*** GIVEN ENTRIES Section Begins ***

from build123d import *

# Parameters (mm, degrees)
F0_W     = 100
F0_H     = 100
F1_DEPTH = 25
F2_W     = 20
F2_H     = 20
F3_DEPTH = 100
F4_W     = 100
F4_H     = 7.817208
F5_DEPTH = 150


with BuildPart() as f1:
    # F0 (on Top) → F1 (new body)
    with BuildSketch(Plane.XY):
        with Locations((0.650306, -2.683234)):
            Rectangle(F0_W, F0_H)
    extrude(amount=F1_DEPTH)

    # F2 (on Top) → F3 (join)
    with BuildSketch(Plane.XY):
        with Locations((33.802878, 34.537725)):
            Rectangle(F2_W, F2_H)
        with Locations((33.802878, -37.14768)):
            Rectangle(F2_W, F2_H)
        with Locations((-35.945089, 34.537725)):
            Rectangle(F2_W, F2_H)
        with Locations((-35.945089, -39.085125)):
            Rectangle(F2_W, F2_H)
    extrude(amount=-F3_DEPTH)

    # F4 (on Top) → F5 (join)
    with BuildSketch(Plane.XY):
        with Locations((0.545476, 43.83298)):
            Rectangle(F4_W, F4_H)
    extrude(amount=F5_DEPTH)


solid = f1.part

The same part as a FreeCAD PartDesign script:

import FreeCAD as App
import Part
import Sketcher
from FreeCAD import Vector
Q = App.Units.Quantity


def add_polygon(sketch, points):
    """Adds a closed chain of lines whose ends are joined by coincident constraints."""
    first, n = sketch.GeometryCount, len(points)
    for a, b in zip(points, points[1:] + points[:1]):
        sketch.addGeometry(Part.LineSegment(App.Vector(*a, 0), App.Vector(*b, 0)), False)
    for i in range(n):
        sketch.addConstraint(Sketcher.Constraint("Coincident", first + i, 2, first + (i + 1) % n, 1))

doc = App.newDocument("Part")
body = doc.addObject("PartDesign::Body", "Body")

# Sketch on XY plane
sketch1 = body.newObject("Sketcher::SketchObject", "Sketch")
sketch1.AttachmentSupport = (doc.getObject("XY_Plane"), [""])
sketch1.MapMode = "FlatFace"
add_polygon(sketch1, [(-49.349694, 47.316766), (-49.349694, -52.683234), (50.650306, -52.683234), (50.650306, 47.316766)])  # lines 0-3
sketch1.addConstraint([
    Sketcher.Constraint("Vertical", 0),
    Sketcher.Constraint("Horizontal", 1),
    Sketcher.Constraint("Vertical", 2),
    Sketcher.Constraint("Horizontal", 3),
    Sketcher.Constraint("Equal", 3, 0),
    Sketcher.Constraint("DistanceX", 1, 1, 1, 2, Q("100 mm")),
    Sketcher.Constraint("DistanceX", 0, 2, -1, 1, Q("49.349694 mm")),
    Sketcher.Constraint("DistanceY", 0, 2, -1, 1, Q("52.683234 mm")),
])
pad1 = body.newObject("PartDesign::Pad", "Pad")
pad1.Profile = sketch1
pad1.Length = 25

# Sketch on XY plane
sketch2 = body.newObject("Sketcher::SketchObject", "Sketch001")
sketch2.AttachmentSupport = (doc.getObject("XY_Plane"), [""])
sketch2.MapMode = "FlatFace"
add_polygon(sketch2, [(23.802878, 44.537725), (23.802878, 24.537725), (43.802878, 24.537725), (43.802878, 44.537725)])  # lines 0-3
add_polygon(sketch2, [(23.802878, -27.14768), (23.802878, -47.14768), (43.802878, -47.14768), (43.802878, -27.14768)])  # lines 4-7
add_polygon(sketch2, [(-45.945089, 44.537725), (-45.945089, 24.537725), (-25.945089, 24.537725), (-25.945089, 44.537725)])  # lines 8-11
add_polygon(sketch2, [(-45.945089, -29.085125), (-45.945089, -49.085125), (-25.945089, -49.085125), (-25.945089, -29.085125)])  # lines 12-15
sketch2.addConstraint([
    Sketcher.Constraint("Vertical", 0),
    Sketcher.Constraint("Horizontal", 1),
    Sketcher.Constraint("Vertical", 2),
    Sketcher.Constraint("Horizontal", 3),
    Sketcher.Constraint("Vertical", 4),
    Sketcher.Constraint("Horizontal", 5),
    Sketcher.Constraint("Vertical", 6),
    Sketcher.Constraint("Horizontal", 7),
    Sketcher.Constraint("Vertical", 8),
    Sketcher.Constraint("Horizontal", 9),
    Sketcher.Constraint("Vertical", 10),
    Sketcher.Constraint("Horizontal", 11),
    Sketcher.Constraint("Vertical", 12),
    Sketcher.Constraint("Horizontal", 13),
    Sketcher.Constraint("Vertical", 14),
    Sketcher.Constraint("Horizontal", 15),
    Sketcher.Constraint("Horizontal", 1, 2, 8, 2),
    Sketcher.Constraint("Horizontal", 3, 2, 10, 2),
    Sketcher.Constraint("Vertical", 3, 2, 4, 2),
    Sketcher.Constraint("Vertical", 2, 2, 5, 2),
    Sketcher.Constraint("Vertical", 11, 2, 12, 2),
    Sketcher.Constraint("Vertical", 10, 2, 13, 2),
    Sketcher.Constraint("Equal", 7, 9),
    Sketcher.Constraint("Equal", 15, 0),
    Sketcher.Constraint("Equal", 2, 4),
    Sketcher.Constraint("Equal", 10, 12),
    Sketcher.Constraint("DistanceX", 1, 1, 1, 2, Q("20 mm")),
    Sketcher.Constraint("DistanceX", -1, 1, 0, 2, Q("23.802878 mm")),
    Sketcher.Constraint("DistanceY", 4, 2, -1, 1, Q("47.14768 mm")),
    Sketcher.Constraint("DistanceX", 8, 2, -1, 1, Q("45.945089 mm")),
    Sketcher.Constraint("DistanceY", 12, 2, 8, 2, Q("73.62285 mm")),
    Sketcher.Constraint("DistanceY", -1, 1, 0, 2, Q("24.537725 mm")),
])
pad2 = body.newObject("PartDesign::Pad", "Pad001")
pad2.Profile = sketch2
pad2.Length = 100
pad2.Reversed = True

# Sketch on XY plane
sketch3 = body.newObject("Sketcher::SketchObject", "Sketch002")
sketch3.AttachmentSupport = (doc.getObject("XY_Plane"), [""])
sketch3.MapMode = "FlatFace"
add_polygon(sketch3, [(-49.454524, 47.741584), (-49.454524, 39.924376), (50.545476, 39.924376), (50.545476, 47.741584)])  # lines 0-3
sketch3.addConstraint([
    Sketcher.Constraint("Vertical", 0),
    Sketcher.Constraint("Horizontal", 1),
    Sketcher.Constraint("Vertical", 2),
    Sketcher.Constraint("Horizontal", 3),
    Sketcher.Constraint("DistanceX", 1, 1, 1, 2, Q("100 mm")),
    Sketcher.Constraint("DistanceY", 0, 2, 0, 1, Q("7.817208 mm")),
    Sketcher.Constraint("DistanceX", 0, 2, -1, 1, Q("49.454524 mm")),
    Sketcher.Constraint("DistanceY", -1, 1, 0, 2, Q("39.924376 mm")),
])
pad3 = body.newObject("PartDesign::Pad", "Pad002")
pad3.Profile = sketch3
pad3.Length = 150

doc.recompute()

*** GIVEN ENTRIES Section Ends ***

From start to finish, retype the records above with complete accuracy.

from build123d import *

# Parameters (mm, degrees)
F0_W     = 100
F0_H     = 100
F1_DEPTH = 25
F2_W     = 20
F2_H     = 20
F3_DEPTH = 100
F4_W     = 100
F4_H     = 7.817208
F5_DEPTH = 150


with BuildPart() as f1:
    # F0 (on Top) → F1 (new body)
    with BuildSketch(Plane.XY):
        with Locations((0.650306, -2.683234)):
            Rectangle(F0_W, F0_H)
    extrude(amount=F1_DEPTH)

    # F2 (on Top) → F3 (join)
    with BuildSketch(Plane.XY):
        with Locations((33.802878, 34.537725)):
            Rectangle(F2_W, F2_H)
        with Locations((33.802878, -37.14768)):
            Rectangle(F2_W, F2_H)
        with Locations((-35.945089, 34.537725)):
            Rectangle(F2_W, F2_H)
        with Locations((-35.945089, -39.085125)):
            Rectangle(F2_W, F2_H)
    extrude(amount=-F3_DEPTH)

    # F4 (on Top) → F5 (join)
    with BuildSketch(Plane.XY):
        with Locations((0.545476, 43.83298)):
            Rectangle(F4_W, F4_H)
    extrude(amount=F5_DEPTH)


solid = f1.part

The same part as a FreeCAD PartDesign script:

import FreeCAD as App
import Part
import Sketcher
from FreeCAD import Vector
Q = App.Units.Quantity


def add_polygon(sketch, points):
    """Adds a closed chain of lines whose ends are joined by coincident constraints."""
    first, n = sketch.GeometryCount, len(points)
    for a, b in zip(points, points[1:] + points[:1]):
        sketch.addGeometry(Part.LineSegment(App.Vector(*a, 0), App.Vector(*b, 0)), False)
    for i in range(n):
        sketch.addConstraint(Sketcher.Constraint("Coincident", first + i, 2, first + (i + 1) % n, 1))

doc = App.newDocument("Part")
body = doc.addObject("PartDesign::Body", "Body")

# Sketch on XY plane
sketch1 = body.newObject("Sketcher::SketchObject", "Sketch")
sketch1.AttachmentSupport = (doc.getObject("XY_Plane"), [""])
sketch1.MapMode = "FlatFace"
add_polygon(sketch1, [(-49.349694, 47.316766), (-49.349694, -52.683234), (50.650306, -52.683234), (50.650306, 47.316766)])  # lines 0-3
sketch1.addConstraint([
    Sketcher.Constraint("Vertical", 0),
    Sketcher.Constraint("Horizontal", 1),
    Sketcher.Constraint("Vertical", 2),
    Sketcher.Constraint("Horizontal", 3),
    Sketcher.Constraint("Equal", 3, 0),
    Sketcher.Constraint("DistanceX", 1, 1, 1, 2, Q("100 mm")),
    Sketcher.Constraint("DistanceX", 0, 2, -1, 1, Q("49.349694 mm")),
    Sketcher.Constraint("DistanceY", 0, 2, -1, 1, Q("52.683234 mm")),
])
pad1 = body.newObject("PartDesign::Pad", "Pad")
pad1.Profile = sketch1
pad1.Length = 25

# Sketch on XY plane
sketch2 = body.newObject("Sketcher::SketchObject", "Sketch001")
sketch2.AttachmentSupport = (doc.getObject("XY_Plane"), [""])
sketch2.MapMode = "FlatFace"
add_polygon(sketch2, [(23.802878, 44.537725), (23.802878, 24.537725), (43.802878, 24.537725), (43.802878, 44.537725)])  # lines 0-3
add_polygon(sketch2, [(23.802878, -27.14768), (23.802878, -47.14768), (43.802878, -47.14768), (43.802878, -27.14768)])  # lines 4-7
add_polygon(sketch2, [(-45.945089, 44.537725), (-45.945089, 24.537725), (-25.945089, 24.537725), (-25.945089, 44.537725)])  # lines 8-11
add_polygon(sketch2, [(-45.945089, -29.085125), (-45.945089, -49.085125), (-25.945089, -49.085125), (-25.945089, -29.085125)])  # lines 12-15
sketch2.addConstraint([
    Sketcher.Constraint("Vertical", 0),
    Sketcher.Constraint("Horizontal", 1),
    Sketcher.Constraint("Vertical", 2),
    Sketcher.Constraint("Horizontal", 3),
    Sketcher.Constraint("Vertical", 4),
    Sketcher.Constraint("Horizontal", 5),
    Sketcher.Constraint("Vertical", 6),
    Sketcher.Constraint("Horizontal", 7),
    Sketcher.Constraint("Vertical", 8),
    Sketcher.Constraint("Horizontal", 9),
    Sketcher.Constraint("Vertical", 10),
    Sketcher.Constraint("Horizontal", 11),
    Sketcher.Constraint("Vertical", 12),
    Sketcher.Constraint("Horizontal", 13),
    Sketcher.Constraint("Vertical", 14),
    Sketcher.Constraint("Horizontal", 15),
    Sketcher.Constraint("Horizontal", 1, 2, 8, 2),
    Sketcher.Constraint("Horizontal", 3, 2, 10, 2),
    Sketcher.Constraint("Vertical", 3, 2, 4, 2),
    Sketcher.Constraint("Vertical", 2, 2, 5, 2),
    Sketcher.Constraint("Vertical", 11, 2, 12, 2),
    Sketcher.Constraint("Vertical", 10, 2, 13, 2),
    Sketcher.Constraint("Equal", 7, 9),
    Sketcher.Constraint("Equal", 15, 0),
    Sketcher.Constraint("Equal", 2, 4),
    Sketcher.Constraint("Equal", 10, 12),
    Sketcher.Constraint("DistanceX", 1, 1, 1, 2, Q("20 mm")),
    Sketcher.Constraint("DistanceX", -1, 1, 0, 2, Q("23.802878 mm")),
    Sketcher.Constraint("DistanceY", 4, 2, -1, 1, Q("47.14768 mm")),
    Sketcher.Constraint("DistanceX", 8, 2, -1, 1, Q("45.945089 mm")),
    Sketcher.Constraint("DistanceY", 12, 2, 8, 2, Q("73.62285 mm")),
    Sketcher.Constraint("DistanceY", -1, 1, 0, 2, Q("24.537725 mm")),
])
pad2 = body.newObject("PartDesign::Pad", "Pad001")
pad2.Profile = sketch2
pad2.Length = 100
pad2.Reversed = True

# Sketch on XY plane
sketch3 = body.newObject("Sketcher::SketchObject", "Sketch002")
sketch3.AttachmentSupport = (doc.getObject("XY_Plane"), [""])
sketch3.MapMode = "FlatFace"
add_polygon(sketch3, [(-49.454524, 47.741584), (-49.454524, 39.924376), (50.545476, 39.924376), (50.545476, 47.741584)])  # lines 0-3
sketch3.addConstraint([
    Sketcher.Constraint("Vertical", 0),
    Sketcher.Constraint("Horizontal", 1),
    Sketcher.Constraint("Vertical", 2),
    Sketcher.Constraint("Horizontal", 3),
    Sketcher.Constraint("DistanceX", 1, 1, 1, 2, Q("100 mm")),
    Sketcher.Constraint("DistanceY", 0, 2, 0, 1, Q("7.817208 mm")),
    Sketcher.Constraint("DistanceX", 0, 2, -1, 1, Q("49.454524 mm")),
    Sketcher.Constraint("DistanceY", -1, 1, 0, 2, Q("39.924376 mm")),
])
pad3 = body.newObject("PartDesign::Pad", "Pad002")
pad3.Profile = sketch3
pad3.Length = 150

doc.recompute()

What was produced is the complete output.